In: Accounting
Below are the jersey numbers of 11 players randomly selected from a football team. Find the range, variance, and standard deviation for the given sample data. What do the results tell us?
14 65 76 16 7 35 92 48 22 83 98
Range = (Round to one decimal place as needed.)
Sample standard deviation = (Round to one decimal place as needed.)
Sample variance (Round to one decimal place as needed.)
What do the results tell us?
A. Jersey numbers on a football team vary much more than expected.
B. The sample standard deviation is too large in comparison to the range.
C. Jersey numbers on a football team do not vary as much as expected.
D. Jersey numbers are nominal data that are just replacements for names, so the resulting statistics are meaningless.

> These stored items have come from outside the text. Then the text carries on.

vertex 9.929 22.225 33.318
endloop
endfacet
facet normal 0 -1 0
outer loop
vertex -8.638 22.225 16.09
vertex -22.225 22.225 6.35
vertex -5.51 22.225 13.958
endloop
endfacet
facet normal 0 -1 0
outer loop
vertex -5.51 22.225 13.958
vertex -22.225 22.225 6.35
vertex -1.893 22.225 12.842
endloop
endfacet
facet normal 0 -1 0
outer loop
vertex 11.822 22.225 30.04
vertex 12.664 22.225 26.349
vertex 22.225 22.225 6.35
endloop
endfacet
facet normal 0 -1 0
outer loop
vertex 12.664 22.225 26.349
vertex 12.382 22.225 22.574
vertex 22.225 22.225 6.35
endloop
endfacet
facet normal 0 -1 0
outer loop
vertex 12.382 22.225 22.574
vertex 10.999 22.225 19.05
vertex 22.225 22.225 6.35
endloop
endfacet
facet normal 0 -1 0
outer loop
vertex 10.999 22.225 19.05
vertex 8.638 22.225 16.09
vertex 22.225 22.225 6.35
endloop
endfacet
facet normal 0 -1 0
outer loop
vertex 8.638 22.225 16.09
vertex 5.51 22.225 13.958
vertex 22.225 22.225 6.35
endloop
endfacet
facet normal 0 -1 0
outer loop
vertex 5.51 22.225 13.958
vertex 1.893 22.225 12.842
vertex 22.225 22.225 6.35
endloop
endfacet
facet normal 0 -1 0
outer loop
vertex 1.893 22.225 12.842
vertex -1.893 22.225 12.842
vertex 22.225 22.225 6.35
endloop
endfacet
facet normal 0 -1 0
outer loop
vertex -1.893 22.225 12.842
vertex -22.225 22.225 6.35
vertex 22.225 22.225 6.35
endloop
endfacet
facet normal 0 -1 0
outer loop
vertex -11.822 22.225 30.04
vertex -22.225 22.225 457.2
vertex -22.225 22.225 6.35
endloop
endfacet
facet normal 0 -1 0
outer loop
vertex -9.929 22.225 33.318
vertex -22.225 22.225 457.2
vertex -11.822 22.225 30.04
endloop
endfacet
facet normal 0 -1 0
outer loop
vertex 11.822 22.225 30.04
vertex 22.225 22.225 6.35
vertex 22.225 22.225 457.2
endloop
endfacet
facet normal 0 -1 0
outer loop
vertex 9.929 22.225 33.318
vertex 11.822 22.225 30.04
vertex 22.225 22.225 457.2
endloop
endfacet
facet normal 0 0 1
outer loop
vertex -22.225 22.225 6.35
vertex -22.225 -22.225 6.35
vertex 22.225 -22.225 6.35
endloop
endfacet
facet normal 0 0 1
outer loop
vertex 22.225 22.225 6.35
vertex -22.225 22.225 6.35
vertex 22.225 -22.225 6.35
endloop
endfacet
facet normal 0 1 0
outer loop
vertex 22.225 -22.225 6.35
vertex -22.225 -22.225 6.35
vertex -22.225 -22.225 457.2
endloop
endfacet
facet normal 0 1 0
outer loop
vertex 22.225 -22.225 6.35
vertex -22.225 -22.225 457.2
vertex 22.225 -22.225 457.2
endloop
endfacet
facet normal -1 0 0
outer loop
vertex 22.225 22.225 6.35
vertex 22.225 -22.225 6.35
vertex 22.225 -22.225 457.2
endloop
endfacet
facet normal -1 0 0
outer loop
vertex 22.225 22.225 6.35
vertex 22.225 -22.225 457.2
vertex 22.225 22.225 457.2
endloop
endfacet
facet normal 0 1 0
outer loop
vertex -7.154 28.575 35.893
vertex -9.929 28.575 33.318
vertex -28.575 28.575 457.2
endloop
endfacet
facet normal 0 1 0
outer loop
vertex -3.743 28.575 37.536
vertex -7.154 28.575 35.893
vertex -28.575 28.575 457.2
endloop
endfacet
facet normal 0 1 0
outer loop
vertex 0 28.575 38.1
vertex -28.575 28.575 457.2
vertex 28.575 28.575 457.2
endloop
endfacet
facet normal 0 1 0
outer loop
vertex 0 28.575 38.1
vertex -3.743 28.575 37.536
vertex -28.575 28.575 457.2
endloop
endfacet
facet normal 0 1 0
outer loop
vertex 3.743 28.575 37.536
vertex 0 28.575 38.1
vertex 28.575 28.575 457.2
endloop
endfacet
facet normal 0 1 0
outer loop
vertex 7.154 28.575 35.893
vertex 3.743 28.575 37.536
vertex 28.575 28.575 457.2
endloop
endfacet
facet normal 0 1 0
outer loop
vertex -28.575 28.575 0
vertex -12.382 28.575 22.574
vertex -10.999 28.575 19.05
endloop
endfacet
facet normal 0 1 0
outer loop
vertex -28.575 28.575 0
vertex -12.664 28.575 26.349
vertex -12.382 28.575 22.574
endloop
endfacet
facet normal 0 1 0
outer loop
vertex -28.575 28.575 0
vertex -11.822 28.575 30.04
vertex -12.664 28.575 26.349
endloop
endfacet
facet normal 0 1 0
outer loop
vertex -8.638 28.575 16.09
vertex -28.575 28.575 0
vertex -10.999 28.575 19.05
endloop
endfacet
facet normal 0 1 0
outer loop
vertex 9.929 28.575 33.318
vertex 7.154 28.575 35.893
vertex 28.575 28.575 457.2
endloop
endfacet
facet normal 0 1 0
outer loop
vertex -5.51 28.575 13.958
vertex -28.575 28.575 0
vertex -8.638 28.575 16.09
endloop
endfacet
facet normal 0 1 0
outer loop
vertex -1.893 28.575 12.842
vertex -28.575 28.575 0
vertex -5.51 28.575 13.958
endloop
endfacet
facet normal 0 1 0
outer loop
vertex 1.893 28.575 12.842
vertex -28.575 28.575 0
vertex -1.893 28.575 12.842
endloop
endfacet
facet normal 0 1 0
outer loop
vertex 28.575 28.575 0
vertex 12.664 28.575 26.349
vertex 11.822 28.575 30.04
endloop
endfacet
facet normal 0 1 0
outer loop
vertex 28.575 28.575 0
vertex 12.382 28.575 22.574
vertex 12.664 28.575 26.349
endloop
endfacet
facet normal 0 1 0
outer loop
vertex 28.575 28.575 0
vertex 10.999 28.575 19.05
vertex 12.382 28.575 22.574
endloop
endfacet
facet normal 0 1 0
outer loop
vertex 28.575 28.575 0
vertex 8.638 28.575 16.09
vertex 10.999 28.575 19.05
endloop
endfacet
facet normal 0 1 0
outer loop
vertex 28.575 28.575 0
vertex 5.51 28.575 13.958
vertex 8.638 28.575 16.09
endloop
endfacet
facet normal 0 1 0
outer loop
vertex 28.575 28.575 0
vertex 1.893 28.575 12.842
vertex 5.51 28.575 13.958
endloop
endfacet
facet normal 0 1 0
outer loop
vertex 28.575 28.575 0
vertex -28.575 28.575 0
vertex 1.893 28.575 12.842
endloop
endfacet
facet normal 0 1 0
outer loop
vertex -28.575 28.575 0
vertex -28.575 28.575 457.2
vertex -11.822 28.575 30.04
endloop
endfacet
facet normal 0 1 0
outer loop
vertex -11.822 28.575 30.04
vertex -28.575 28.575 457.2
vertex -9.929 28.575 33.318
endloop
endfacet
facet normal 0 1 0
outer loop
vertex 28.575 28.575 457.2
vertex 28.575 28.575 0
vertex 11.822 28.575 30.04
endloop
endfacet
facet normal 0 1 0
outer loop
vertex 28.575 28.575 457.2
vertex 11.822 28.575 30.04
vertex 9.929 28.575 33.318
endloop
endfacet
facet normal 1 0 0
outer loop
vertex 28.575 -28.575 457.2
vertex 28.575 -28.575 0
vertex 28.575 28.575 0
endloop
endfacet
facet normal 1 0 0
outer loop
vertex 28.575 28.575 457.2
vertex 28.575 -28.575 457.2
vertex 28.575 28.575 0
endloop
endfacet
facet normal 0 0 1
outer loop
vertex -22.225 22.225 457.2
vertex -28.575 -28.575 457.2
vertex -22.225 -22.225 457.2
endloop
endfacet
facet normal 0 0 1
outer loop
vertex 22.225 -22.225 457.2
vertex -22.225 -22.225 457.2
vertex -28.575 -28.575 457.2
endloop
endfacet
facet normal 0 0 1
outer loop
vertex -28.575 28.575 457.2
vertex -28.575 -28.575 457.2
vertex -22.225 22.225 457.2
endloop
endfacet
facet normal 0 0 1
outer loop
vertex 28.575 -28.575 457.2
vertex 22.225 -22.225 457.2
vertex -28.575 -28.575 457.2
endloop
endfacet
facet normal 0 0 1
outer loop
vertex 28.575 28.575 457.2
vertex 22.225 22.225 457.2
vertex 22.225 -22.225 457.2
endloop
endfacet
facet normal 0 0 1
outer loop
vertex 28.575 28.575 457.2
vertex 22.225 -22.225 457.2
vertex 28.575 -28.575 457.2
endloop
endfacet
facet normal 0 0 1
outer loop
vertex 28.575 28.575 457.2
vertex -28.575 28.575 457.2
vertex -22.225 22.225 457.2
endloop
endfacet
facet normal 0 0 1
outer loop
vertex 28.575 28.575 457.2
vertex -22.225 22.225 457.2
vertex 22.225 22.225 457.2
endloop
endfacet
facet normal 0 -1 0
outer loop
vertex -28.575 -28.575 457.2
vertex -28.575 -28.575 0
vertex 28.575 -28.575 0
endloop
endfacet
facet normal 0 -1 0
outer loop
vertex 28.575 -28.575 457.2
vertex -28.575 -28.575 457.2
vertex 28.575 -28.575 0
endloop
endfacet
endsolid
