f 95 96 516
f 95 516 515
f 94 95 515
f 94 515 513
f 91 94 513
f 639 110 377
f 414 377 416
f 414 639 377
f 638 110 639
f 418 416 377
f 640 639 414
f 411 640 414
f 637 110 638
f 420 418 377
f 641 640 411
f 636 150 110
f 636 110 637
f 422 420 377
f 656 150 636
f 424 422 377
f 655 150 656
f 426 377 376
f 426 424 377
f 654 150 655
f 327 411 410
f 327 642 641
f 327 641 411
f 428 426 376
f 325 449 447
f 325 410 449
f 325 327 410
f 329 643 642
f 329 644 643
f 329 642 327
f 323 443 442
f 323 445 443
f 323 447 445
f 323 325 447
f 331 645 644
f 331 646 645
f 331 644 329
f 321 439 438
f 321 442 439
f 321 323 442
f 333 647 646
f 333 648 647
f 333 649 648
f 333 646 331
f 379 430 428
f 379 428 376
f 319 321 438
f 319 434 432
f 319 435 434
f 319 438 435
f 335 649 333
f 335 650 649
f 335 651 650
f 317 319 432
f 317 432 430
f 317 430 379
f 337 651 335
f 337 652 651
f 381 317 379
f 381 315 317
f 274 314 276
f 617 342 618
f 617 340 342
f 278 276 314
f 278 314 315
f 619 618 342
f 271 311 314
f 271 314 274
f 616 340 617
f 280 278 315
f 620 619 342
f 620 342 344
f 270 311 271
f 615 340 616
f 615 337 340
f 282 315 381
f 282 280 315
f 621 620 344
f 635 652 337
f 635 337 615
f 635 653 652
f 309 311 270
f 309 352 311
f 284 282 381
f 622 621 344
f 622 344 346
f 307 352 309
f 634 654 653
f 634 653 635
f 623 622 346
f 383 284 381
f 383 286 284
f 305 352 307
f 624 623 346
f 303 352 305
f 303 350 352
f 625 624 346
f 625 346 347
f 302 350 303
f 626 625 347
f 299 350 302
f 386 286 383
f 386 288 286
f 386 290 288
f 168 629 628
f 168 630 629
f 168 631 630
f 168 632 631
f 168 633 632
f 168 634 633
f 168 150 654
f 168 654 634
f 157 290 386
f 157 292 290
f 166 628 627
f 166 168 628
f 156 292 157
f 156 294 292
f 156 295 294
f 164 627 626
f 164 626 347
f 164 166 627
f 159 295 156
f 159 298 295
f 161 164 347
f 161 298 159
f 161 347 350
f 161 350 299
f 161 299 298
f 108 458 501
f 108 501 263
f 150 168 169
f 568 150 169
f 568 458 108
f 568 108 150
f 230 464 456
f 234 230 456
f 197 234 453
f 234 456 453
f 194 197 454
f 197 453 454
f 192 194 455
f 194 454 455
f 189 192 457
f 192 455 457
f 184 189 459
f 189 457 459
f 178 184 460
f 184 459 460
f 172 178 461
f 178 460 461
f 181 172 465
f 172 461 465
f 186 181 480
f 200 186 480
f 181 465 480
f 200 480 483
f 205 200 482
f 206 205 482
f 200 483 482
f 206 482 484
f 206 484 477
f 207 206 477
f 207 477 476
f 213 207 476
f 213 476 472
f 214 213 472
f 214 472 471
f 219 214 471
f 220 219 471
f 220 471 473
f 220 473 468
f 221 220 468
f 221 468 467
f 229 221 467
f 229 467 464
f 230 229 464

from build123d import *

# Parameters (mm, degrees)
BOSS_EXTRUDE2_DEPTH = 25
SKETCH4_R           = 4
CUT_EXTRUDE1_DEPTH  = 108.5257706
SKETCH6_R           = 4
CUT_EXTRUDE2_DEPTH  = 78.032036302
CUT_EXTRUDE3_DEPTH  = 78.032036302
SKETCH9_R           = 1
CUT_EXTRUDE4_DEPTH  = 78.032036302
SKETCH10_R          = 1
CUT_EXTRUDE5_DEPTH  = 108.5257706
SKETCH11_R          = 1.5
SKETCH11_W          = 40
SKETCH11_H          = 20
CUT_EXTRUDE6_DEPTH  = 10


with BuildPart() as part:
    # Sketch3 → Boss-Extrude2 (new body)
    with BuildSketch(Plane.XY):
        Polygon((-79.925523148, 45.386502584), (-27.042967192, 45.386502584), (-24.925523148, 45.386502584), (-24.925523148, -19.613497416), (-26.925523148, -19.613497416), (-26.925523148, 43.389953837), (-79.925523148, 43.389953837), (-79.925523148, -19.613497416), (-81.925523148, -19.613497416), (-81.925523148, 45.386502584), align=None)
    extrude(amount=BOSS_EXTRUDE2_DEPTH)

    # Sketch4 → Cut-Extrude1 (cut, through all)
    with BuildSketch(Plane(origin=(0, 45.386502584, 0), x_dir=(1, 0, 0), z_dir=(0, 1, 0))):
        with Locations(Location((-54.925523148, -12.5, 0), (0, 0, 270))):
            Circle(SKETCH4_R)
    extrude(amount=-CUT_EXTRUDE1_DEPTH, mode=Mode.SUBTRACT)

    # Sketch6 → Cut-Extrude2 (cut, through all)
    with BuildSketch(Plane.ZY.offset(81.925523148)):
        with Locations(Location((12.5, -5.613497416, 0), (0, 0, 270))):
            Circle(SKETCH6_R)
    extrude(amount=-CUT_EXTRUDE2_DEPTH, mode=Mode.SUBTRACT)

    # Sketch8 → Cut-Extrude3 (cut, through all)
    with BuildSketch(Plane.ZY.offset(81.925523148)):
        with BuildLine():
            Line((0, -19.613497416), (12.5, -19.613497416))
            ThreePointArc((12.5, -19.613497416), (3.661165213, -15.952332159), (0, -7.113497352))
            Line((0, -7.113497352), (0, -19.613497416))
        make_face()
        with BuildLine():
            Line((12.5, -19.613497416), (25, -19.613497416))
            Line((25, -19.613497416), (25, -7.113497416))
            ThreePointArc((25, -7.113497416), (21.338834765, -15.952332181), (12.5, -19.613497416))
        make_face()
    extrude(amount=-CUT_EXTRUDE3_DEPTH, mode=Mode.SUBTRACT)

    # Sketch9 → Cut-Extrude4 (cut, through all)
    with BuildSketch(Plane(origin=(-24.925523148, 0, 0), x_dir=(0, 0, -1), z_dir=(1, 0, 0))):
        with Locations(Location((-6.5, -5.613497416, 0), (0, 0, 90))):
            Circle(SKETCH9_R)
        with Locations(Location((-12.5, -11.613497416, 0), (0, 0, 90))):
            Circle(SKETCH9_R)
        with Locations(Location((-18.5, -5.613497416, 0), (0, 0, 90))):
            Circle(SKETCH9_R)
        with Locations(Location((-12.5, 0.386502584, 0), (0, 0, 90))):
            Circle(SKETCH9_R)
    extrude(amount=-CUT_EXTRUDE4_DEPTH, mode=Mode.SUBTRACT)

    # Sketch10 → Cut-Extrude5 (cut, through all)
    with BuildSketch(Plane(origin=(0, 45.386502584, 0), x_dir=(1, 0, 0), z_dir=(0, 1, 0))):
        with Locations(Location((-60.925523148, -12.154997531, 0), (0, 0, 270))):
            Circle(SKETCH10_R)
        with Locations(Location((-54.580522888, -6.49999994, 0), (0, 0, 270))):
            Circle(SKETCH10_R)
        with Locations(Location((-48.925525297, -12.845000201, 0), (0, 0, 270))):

Range=Maximum Value–Minimum Value
=98-7
=91
Mean=(14+65+76+16+7+35+92+48+22+83+98)/11
=556/11
=50.55
x | (x-Mean) | (x-Mean)^2 |
14 | -36.55 | 1335.9 |
65 | 14.45 | 208.8 |
76 | 25.45 | 647.7 |
16 | -34.55 | 1193.7 |
7 | -43.55 | 1896.6 |
35 | -15.55 | 241.8 |
92 | 41.45 | 1718.8 |
48 | -2.55 | 6.5 |
22 | -28.55 | 815.1 |
83 | 32.45 | 1053 |
98 | 47.45 | 2251.5 |
Total | 11369.4 |
Sample standard deviation=√{(x-mean)^2}/(n-1)
=√11369.4/(11-1)
=√11369.4/10
=33.7
Sample variance=(√11369.4/(11-1))^2
=(√11369.4/10)^2
=11369.4/10
=1136.94
=1136.9
The results tell us option(d) which states that Jersey numbers are just nominal data which are just replacement for names so the resulting statistics are meaningless. It is because the players choose their jersey numbers as their own wish and their is no quantitative data to it in most cases.
Option (a) is not right because jersey numbers can vary much.
Option (b) is not right because the sample standard deviation is not too large as compared to range.
Option (c) is not right because can vary between teams and nothing can be expected by how much they vary.